**Source information**.
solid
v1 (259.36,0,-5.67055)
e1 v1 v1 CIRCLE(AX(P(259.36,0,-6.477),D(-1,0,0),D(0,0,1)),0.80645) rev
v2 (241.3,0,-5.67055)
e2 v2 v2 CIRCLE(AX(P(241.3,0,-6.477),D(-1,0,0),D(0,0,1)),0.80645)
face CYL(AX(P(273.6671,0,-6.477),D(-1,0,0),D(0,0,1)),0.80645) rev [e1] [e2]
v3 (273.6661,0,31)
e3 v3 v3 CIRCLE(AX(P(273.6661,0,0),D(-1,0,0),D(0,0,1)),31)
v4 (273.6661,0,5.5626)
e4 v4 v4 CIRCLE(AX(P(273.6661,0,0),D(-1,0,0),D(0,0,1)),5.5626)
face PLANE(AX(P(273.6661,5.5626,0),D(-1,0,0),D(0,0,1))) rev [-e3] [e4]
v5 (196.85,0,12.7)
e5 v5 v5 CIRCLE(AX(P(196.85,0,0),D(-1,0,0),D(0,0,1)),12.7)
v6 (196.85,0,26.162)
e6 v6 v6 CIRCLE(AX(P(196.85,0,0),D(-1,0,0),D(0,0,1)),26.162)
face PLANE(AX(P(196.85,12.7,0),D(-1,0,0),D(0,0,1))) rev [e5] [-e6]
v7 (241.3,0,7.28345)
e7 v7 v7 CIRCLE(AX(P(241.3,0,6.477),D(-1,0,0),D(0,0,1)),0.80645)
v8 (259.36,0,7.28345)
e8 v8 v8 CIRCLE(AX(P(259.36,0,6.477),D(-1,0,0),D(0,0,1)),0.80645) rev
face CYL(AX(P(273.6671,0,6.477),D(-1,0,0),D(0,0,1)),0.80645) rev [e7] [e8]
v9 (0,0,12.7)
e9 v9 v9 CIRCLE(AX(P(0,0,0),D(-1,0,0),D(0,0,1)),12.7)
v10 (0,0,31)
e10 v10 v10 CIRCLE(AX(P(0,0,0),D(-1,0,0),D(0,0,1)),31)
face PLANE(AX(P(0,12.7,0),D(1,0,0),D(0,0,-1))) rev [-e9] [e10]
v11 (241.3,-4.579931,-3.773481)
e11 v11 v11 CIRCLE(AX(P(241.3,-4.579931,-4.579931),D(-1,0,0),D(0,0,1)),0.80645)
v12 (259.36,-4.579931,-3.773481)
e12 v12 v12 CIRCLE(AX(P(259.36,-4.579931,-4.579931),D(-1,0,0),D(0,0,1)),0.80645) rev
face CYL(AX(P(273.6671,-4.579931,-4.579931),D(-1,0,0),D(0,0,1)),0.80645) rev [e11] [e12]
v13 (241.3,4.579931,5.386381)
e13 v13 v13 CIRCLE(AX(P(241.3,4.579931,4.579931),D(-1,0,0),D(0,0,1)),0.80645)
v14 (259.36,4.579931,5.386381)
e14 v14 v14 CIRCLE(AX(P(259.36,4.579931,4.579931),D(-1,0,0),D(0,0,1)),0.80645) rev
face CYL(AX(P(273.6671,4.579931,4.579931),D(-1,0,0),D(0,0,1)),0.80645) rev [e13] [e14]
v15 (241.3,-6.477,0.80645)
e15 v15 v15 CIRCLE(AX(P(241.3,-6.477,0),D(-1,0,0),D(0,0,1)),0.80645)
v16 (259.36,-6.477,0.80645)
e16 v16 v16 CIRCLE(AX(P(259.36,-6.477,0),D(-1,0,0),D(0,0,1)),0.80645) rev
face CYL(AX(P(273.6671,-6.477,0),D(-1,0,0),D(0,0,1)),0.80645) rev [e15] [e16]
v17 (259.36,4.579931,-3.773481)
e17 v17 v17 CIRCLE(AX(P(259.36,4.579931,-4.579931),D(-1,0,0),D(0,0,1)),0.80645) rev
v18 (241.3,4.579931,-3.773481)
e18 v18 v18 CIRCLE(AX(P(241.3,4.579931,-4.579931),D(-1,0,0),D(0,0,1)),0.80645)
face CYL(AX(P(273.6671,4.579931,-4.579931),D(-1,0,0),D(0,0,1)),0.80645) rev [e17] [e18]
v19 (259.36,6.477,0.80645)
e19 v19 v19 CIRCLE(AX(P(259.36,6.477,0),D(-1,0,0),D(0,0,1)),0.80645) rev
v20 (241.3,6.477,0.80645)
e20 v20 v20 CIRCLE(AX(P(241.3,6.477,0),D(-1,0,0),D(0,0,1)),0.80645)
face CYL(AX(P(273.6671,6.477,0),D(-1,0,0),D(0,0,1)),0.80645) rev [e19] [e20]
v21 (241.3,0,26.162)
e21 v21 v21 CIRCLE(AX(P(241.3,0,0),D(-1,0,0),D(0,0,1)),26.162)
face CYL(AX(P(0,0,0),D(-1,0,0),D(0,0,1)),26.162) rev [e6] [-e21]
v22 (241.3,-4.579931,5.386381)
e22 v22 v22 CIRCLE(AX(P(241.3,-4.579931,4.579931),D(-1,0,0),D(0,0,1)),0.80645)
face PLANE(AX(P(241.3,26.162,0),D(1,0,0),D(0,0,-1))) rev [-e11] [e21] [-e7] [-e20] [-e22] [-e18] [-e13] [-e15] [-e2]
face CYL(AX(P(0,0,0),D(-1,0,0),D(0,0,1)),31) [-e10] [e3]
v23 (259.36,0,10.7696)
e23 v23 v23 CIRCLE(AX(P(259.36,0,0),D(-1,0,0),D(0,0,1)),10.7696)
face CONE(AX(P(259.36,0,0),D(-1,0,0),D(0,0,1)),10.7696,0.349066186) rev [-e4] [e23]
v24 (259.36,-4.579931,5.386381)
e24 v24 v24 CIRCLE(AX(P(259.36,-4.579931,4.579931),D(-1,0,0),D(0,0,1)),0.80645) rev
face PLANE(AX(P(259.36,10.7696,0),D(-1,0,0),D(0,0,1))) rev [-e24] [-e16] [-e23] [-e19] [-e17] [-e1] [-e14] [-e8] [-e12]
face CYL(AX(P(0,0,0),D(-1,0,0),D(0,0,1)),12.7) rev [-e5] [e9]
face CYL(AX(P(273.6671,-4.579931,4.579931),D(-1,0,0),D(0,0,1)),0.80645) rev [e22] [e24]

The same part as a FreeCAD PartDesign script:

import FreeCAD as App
import Part
import Sketcher
Q = App.Units.Quantity


def add_polygon(sketch, points):
    """Adds a closed chain of lines whose ends are joined by coincident constraints."""
    first, n = sketch.GeometryCount, len(points)
    for a, b in zip(points, points[1:] + points[:1]):
        sketch.addGeometry(Part.LineSegment(App.Vector(*a, 0), App.Vector(*b, 0)), False)
    for i in range(n):
        sketch.addConstraint(Sketcher.Constraint("Coincident", first + i, 2, first + (i + 1) % n, 1))

doc = App.newDocument("Part")
body = doc.addObject("PartDesign::Body", "Body")

sketch1 = body.newObject("Sketcher::SketchObject", "Sketch")
sketch1.AttachmentSupport = (doc.getObject("XY_Plane"), [""])
sketch1.MapMode = "FlatFace"
add_polygon(sketch1, [(0, 13), (197, 13), (197, 26), (241, 26), (241, 0), (259, 0), (259, 11), (274, 6), (274, 31), (0, 31)])
sketch1.addConstraint([
    Sketcher.Constraint("Horizontal", 0),
    Sketcher.Constraint("Vertical", 1),
    Sketcher.Constraint("Horizontal", 2),
    Sketcher.Constraint("Vertical", 3),
    Sketcher.Constraint("Horizontal", 4),
    Sketcher.Constraint("Vertical", 5),
    Sketcher.Constraint("Vertical", 7),
    Sketcher.Constraint("Horizontal", 8),
    Sketcher.Constraint("Vertical", 9),
    Sketcher.Constraint("PointOnObject", 3, 2, -1),
    Sketcher.Constraint("PointOnObject", 8, 2, -2),
    Sketcher.Constraint("Angle", 6, Q("-20.000019 deg")),
    Sketcher.Constraint("DistanceX", 0, 1, 0, 2, Q("7.75 in")),
    Sketcher.Constraint("DistanceX", 2, 1, 2, 2, Q("1.75 in")),
    Sketcher.Constraint("DistanceY", 1, 1, 1, 2, Q("0.53 in")),
    Sketcher.Constraint("DistanceY", 3, 2, 3, 1, Q("1.03 in")),
    Sketcher.Constraint("DistanceY", 5, 1, 5, 2, Q("0.424 in")),
    Sketcher.Constraint("DistanceY", -1, 1, 6, 2, Q("0.219 in")),
    Sketcher.Constraint("DistanceX", 4, 1, 4, 2, 18.06),
    Sketcher.Constraint("DistanceY", 7, 1, 7, 2, 25.4374),
])
revolution = body.newObject("PartDesign::Revolution", "Revolution")
revolution.Profile = sketch1
revolution.ReferenceAxis = (sketch1, ["H_Axis"])
revolution.Angle = 360

sketch2 = body.newObject("Sketcher::SketchObject", "Sketch001")
sketch2.AttachmentSupport = (doc.getObject("YZ_Plane"), [""])
sketch2.MapMode = "FlatFace"
sketch2.AttachmentOffset = App.Placement(App.Vector(0, 0, 9.5 * 25.4), App.Rotation())
sketch2.addGeometry(Part.Circle(App.Vector(6.5, 0, 0), App.Vector(0, 0, 1), 0.8), False)
sketch2.addConstraint([
    Sketcher.Constraint("PointOnObject", 0, 3, -1),
    Sketcher.Constraint("Diameter", 0, Q("0.0635 in")),
    Sketcher.Constraint("DistanceX", -1, 1, 0, 3, Q("0.255 in")),
])
pocket1 = body.newObject("PartDesign::Pocket", "Pocket")
pocket1.Profile = sketch2
pocket1.Type = "UpToFirst"
pocket1.Reversed = True

sketch3 = body.newObject("Sketcher::SketchObject", "Sketch002")
sketch3.AttachmentSupport = (doc.getObject("YZ_Plane"), [""])
sketch3.MapMode = "FlatFace"
sketch3.AttachmentOffset = App.Placement(App.Vector(0, 0, 9.5 * 25.4), App.Rotation())
sketch3.addGeometry(Part.Circle(App.Vector(4.6, 4.6, 0), App.Vector(0, 0, 1), 0.8), False)
sketch3.addConstraint([
    Sketcher.Constraint("Diameter", 0, Q("0.0635 in")),
    Sketcher.Constraint("DistanceX", -1, 1, 0, 3, 4.579931),
    Sketcher.Constraint("DistanceY", -1, 1, 0, 3, 4.579931),
])
pocket2 = body.newObject("PartDesign::Pocket", "Pocket001")
pocket2.Profile = sketch3
pocket2.Type = "UpToFirst"
pocket2.Reversed = True

sketch4 = body.newObject("Sketcher::SketchObject", "Sketch003")
sketch4.AttachmentSupport = (doc.getObject("YZ_Plane"), [""])
sketch4.MapMode = "FlatFace"
sketch4.AttachmentOffset = App.Placement(App.Vector(0, 0, 9.5 * 25.4), App.Rotation())
sketch4.addGeometry(Part.Circle(App.Vector(0, 6.5, 0), App.Vector(0, 0, 1), 0.8), False)
sketch4.addConstraint([
    Sketcher.Constraint("PointOnObject", 0, 3, -2),
    Sketcher.Constraint("Diameter", 0, Q("0.0635 in")),
    Sketcher.Constraint("DistanceY", -1, 1, 0, 3, Q("0.255 in")),
])
pocket3 = body.newObject("PartDesign::Pocket", "Pocket002")
pocket3.Profile = sketch4
pocket3.Type = "UpToFirst"
pocket3.Reversed = True

sketch5 = body.newObject("Sketcher::SketchObject", "Sketch004")
sketch5.AttachmentSupport = (doc.getObject("YZ_Plane"), [""])
sketch5.MapMode = "FlatFace"
sketch5.AttachmentOffset = App.Placement(App.Vector(0, 0, 9.5 * 25.4), App.Rotation())
sketch5.addGeometry(Part.Circle(App.Vector(-4.6, 4.6, 0), App.Vector(0, 0, 1), 0.8), False)
sketch5.addConstraint([
    Sketcher.Constraint("Diameter", 0, Q("0.0635 in")),
    Sketcher.Constraint("DistanceX", 0, 3, -1, 1, 4.579931),
    Sketcher.Constraint("DistanceY", -1, 1, 0, 3, 4.579931),
])
pocket4 = body.newObject("PartDesign::Pocket", "Pocket003")
pocket4.Profile = sketch5
pocket4.Type = "UpToFirst"
pocket4.Reversed = True

sketch6 = body.newObject("Sketcher::SketchObject", "Sketch005")
sketch6.AttachmentSupport = (doc.getObject("YZ_Plane"), [""])
sketch6.MapMode = "FlatFace"
sketch6.AttachmentOffset = App.Placement(App.Vector(0, 0, 9.5 * 25.4), App.Rotation())
sketch6.addGeometry(Part.Circle(App.Vector(-6.5, 0, 0), App.Vector(0, 0, 1), 0.8), False)
sketch6.addConstraint([
    Sketcher.Constraint("PointOnObject", 0, 3, -1),
    Sketcher.Constraint("Diameter", 0, Q("0.0635 in")),
    Sketcher.Constraint("DistanceX", 0, 3, -1, 1, Q("0.255 in")),
])
pocket5 = body.newObject("PartDesign::Pocket", "Pocket004")
pocket5.Profile = sketch6
pocket5.Type = "UpToFirst"
pocket5.Reversed = True

sketch7 = body.newObject("Sketcher::SketchObject", "Sketch006")
sketch7.AttachmentSupport = (doc.getObject("YZ_Plane"), [""])
sketch7.MapMode = "FlatFace"
sketch7.AttachmentOffset = App.Placement(App.Vector(0, 0, 9.5 * 25.4), App.Rotation())
sketch7.addGeometry(Part.Circle(App.Vector(-4.6, -4.6, 0), App.Vector(0, 0, 1), 0.8), False)
sketch7.addConstraint([
    Sketcher.Constraint("Diameter", 0, Q("0.0635 in")),
    Sketcher.Constraint("DistanceX", 0, 3, -1, 1, 4.579931),
    Sketcher.Constraint("DistanceY", 0, 3, -1, 1, 4.579931),
])
pocket6 = body.newObject("PartDesign::Pocket", "Pocket005")
pocket6.Profile = sketch7
pocket6.Type = "UpToFirst"
pocket6.Reversed = True

sketch8 = body.newObject("Sketcher::SketchObject", "Sketch007")
sketch8.AttachmentSupport = (doc.getObject("YZ_Plane"), [""])
sketch8.MapMode = "FlatFace"
sketch8.AttachmentOffset = App.Placement(App.Vector(0, 0, 9.5 * 25.4), App.Rotation())
sketch8.addGeometry(Part.Circle(App.Vector(0, -6.5, 0), App.Vector(0, 0, 1), 0.8), False)
sketch8.addConstraint([
    Sketcher.Constraint("PointOnObject", 0, 3, -2),
    Sketcher.Constraint("Diameter", 0, Q("0.0635 in")),
    Sketcher.Constraint("DistanceY", 0, 3, -1, 1, Q("0.255 in")),
])
pocket7 = body.newObject("PartDesign::Pocket", "Pocket006")
pocket7.Profile = sketch8
pocket7.Type = "UpToFirst"
pocket7.Reversed = True

sketch9 = body.newObject("Sketcher::SketchObject", "Sketch008")
sketch9.AttachmentSupport = (doc.getObject("YZ_Plane"), [""])
sketch9.MapMode = "FlatFace"
sketch9.AttachmentOffset = App.Placement(App.Vector(0, 0, 9.5 * 25.4), App.Rotation())
sketch9.addGeometry(Part.Circle(App.Vector(4.6, -4.6, 0), App.Vector(0, 0, 1), 0.8), False)
sketch9.addConstraint([
    Sketcher.Constraint("Diameter", 0, Q("0.0635 in")),
    Sketcher.Constraint("DistanceX", -1, 1, 0, 3, 4.579931),
    Sketcher.Constraint("DistanceY", 0, 3, -1, 1, 4.579931),
])
pocket8 = body.newObject("PartDesign::Pocket", "Pocket007")
pocket8.Profile = sketch9
pocket8.Type = "UpToFirst"
pocket8.Reversed = True

doc.recompute()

**What to do**.
From the material above, copy exactly the lines between the line holding "v11 (241.3,-4.579931,-3.773481)" and the line holding "rev [e15] [e16]", inclusive, and only those.

**Exercise response**.
v11 (241.3,-4.579931,-3.773481)
e11 v11 v11 CIRCLE(AX(P(241.3,-4.579931,-4.579931),D(-1,0,0),D(0,0,1)),0.80645)
v12 (259.36,-4.579931,-3.773481)
e12 v12 v12 CIRCLE(AX(P(259.36,-4.579931,-4.579931),D(-1,0,0),D(0,0,1)),0.80645) rev
face CYL(AX(P(273.6671,-4.579931,-4.579931),D(-1,0,0),D(0,0,1)),0.80645) rev [e11] [e12]
v13 (241.3,4.579931,5.386381)
e13 v13 v13 CIRCLE(AX(P(241.3,4.579931,4.579931),D(-1,0,0),D(0,0,1)),0.80645)
v14 (259.36,4.579931,5.386381)
e14 v14 v14 CIRCLE(AX(P(259.36,4.579931,4.579931),D(-1,0,0),D(0,0,1)),0.80645) rev
face CYL(AX(P(273.6671,4.579931,4.579931),D(-1,0,0),D(0,0,1)),0.80645) rev [e13] [e14]
v15 (241.3,-6.477,0.80645)
e15 v15 v15 CIRCLE(AX(P(241.3,-6.477,0),D(-1,0,0),D(0,0,1)),0.80645)
v16 (259.36,-6.477,0.80645)
e16 v16 v16 CIRCLE(AX(P(259.36,-6.477,0),D(-1,0,0),D(0,0,1)),0.80645) rev
face CYL(AX(P(273.6671,-6.477,0),D(-1,0,0),D(0,0,1)),0.80645) rev [e15] [e16]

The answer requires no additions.